Your objective.
Using the records below, output the stretch that opens with the line containing "e20 v18 v17 LINE" and closes with the line containing "FreeCAD Python script", exactly and including both lines, with nothing more.

◆ ◆ ◆ ◆

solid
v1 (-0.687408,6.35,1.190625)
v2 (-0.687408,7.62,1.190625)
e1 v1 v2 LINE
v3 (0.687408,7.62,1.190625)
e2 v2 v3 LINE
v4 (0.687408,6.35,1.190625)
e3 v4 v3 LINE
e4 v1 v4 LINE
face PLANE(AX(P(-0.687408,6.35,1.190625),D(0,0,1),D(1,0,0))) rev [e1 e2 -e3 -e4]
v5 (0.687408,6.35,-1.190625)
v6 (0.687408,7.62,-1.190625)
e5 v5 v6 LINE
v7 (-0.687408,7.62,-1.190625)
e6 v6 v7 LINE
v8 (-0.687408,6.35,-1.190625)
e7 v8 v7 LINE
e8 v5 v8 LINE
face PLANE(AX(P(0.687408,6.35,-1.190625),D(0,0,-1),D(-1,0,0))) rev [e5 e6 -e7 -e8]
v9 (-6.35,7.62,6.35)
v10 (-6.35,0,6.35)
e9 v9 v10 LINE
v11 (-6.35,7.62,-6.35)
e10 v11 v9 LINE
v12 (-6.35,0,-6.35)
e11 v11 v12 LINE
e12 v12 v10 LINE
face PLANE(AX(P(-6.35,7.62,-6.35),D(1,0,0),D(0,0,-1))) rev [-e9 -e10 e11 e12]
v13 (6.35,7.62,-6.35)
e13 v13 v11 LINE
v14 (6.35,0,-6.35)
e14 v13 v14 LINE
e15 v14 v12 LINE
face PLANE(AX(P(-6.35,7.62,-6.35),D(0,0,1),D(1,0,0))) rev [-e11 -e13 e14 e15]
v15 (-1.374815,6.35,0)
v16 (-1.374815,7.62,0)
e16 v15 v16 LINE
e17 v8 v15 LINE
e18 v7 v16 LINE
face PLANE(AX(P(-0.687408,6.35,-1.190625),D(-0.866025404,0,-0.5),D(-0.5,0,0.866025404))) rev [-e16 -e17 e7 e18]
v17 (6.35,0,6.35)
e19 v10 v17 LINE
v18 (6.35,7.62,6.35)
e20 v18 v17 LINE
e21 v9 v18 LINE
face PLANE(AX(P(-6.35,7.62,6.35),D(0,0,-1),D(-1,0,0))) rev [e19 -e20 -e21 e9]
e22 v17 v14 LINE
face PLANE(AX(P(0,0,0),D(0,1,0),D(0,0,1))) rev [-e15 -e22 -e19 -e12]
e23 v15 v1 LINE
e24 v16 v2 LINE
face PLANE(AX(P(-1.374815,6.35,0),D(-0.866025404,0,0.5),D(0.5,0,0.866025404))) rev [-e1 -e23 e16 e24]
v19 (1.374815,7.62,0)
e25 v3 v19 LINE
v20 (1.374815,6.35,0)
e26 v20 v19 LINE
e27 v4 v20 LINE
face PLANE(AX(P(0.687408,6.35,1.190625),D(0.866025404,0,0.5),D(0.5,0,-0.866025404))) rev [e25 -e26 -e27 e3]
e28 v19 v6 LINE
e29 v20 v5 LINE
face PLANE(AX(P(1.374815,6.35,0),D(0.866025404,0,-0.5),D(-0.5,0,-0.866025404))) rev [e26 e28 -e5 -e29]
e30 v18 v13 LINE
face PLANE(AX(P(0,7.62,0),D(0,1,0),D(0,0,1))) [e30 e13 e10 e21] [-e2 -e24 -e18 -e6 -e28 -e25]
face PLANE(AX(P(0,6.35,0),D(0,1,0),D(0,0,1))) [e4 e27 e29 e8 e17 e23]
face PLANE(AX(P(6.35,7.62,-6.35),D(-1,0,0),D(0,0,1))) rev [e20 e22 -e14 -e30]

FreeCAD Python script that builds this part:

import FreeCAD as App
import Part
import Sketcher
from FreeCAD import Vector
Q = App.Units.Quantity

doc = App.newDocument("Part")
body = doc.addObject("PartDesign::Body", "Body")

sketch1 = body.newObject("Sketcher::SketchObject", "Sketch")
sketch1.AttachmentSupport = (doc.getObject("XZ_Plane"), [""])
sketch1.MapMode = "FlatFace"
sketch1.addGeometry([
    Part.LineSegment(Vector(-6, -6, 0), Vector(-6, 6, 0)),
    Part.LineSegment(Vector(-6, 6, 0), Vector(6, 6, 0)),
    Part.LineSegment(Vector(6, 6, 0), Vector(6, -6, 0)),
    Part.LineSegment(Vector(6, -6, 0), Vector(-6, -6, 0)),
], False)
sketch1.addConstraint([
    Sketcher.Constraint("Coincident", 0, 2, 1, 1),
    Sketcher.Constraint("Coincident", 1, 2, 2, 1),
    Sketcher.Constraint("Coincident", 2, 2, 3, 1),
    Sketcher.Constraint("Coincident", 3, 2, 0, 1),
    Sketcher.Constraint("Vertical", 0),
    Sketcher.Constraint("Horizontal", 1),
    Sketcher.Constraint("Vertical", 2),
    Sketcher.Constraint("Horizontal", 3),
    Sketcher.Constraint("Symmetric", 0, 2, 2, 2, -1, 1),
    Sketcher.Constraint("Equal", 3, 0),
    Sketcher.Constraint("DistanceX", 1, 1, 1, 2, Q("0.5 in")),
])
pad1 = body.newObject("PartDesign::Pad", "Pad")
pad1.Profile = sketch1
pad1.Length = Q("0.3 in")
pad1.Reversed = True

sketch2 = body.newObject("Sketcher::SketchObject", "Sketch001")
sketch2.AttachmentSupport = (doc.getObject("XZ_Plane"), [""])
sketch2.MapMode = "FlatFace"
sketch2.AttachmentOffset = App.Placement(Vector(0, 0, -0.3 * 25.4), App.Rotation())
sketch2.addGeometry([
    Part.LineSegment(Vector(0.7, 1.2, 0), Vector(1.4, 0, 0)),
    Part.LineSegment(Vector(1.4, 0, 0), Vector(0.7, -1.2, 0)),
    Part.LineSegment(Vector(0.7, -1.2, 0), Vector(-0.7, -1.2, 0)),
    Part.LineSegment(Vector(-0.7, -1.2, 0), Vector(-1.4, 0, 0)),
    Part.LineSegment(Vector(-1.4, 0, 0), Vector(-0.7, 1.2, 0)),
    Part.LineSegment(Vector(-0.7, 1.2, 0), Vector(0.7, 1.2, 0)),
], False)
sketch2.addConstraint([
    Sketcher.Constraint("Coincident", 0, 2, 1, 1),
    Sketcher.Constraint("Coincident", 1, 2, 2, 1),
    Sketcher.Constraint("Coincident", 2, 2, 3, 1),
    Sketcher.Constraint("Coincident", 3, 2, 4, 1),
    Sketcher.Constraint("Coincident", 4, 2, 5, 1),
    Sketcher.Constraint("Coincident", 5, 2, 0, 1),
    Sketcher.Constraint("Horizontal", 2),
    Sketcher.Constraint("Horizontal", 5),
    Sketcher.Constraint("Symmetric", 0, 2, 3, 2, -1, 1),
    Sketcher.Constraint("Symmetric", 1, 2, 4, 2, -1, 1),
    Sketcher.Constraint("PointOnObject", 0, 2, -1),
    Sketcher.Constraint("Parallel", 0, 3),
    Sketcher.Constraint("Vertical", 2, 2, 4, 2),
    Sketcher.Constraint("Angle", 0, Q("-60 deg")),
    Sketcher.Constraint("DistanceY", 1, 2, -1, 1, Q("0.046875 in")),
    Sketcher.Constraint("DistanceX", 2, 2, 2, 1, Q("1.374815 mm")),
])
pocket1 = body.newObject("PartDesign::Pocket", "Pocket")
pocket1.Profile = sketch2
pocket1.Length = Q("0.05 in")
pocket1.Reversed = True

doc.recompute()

◆ ◆ ◆ ◆

Task answer.
e20 v18 v17 LINE
e21 v9 v18 LINE
face PLANE(AX(P(-6.35,7.62,6.35),D(0,0,-1),D(-1,0,0))) rev [e19 -e20 -e21 e9]
e22 v17 v14 LINE
face PLANE(AX(P(0,0,0),D(0,1,0),D(0,0,1))) rev [-e15 -e22 -e19 -e12]
e23 v15 v1 LINE
e24 v16 v2 LINE
face PLANE(AX(P(-1.374815,6.35,0),D(-0.866025404,0,0.5),D(0.5,0,0.866025404))) rev [-e1 -e23 e16 e24]
v19 (1.374815,7.62,0)
e25 v3 v19 LINE
v20 (1.374815,6.35,0)
e26 v20 v19 LINE
e27 v4 v20 LINE
face PLANE(AX(P(0.687408,6.35,1.190625),D(0.866025404,0,0.5),D(0.5,0,-0.866025404))) rev [e25 -e26 -e27 e3]
e28 v19 v6 LINE
e29 v20 v5 LINE
face PLANE(AX(P(1.374815,6.35,0),D(0.866025404,0,-0.5),D(-0.5,0,-0.866025404))) rev [e26 e28 -e5 -e29]
e30 v18 v13 LINE
face PLANE(AX(P(0,7.62,0),D(0,1,0),D(0,0,1))) [e30 e13 e10 e21] [-e2 -e24 -e18 -e6 -e28 -e25]
face PLANE(AX(P(0,6.35,0),D(0,1,0),D(0,0,1))) [e4 e27 e29 e8 e17 e23]
face PLANE(AX(P(6.35,7.62,-6.35),D(-1,0,0),D(0,0,1))) rev [e20 e22 -e14 -e30]

FreeCAD Python script that builds this part:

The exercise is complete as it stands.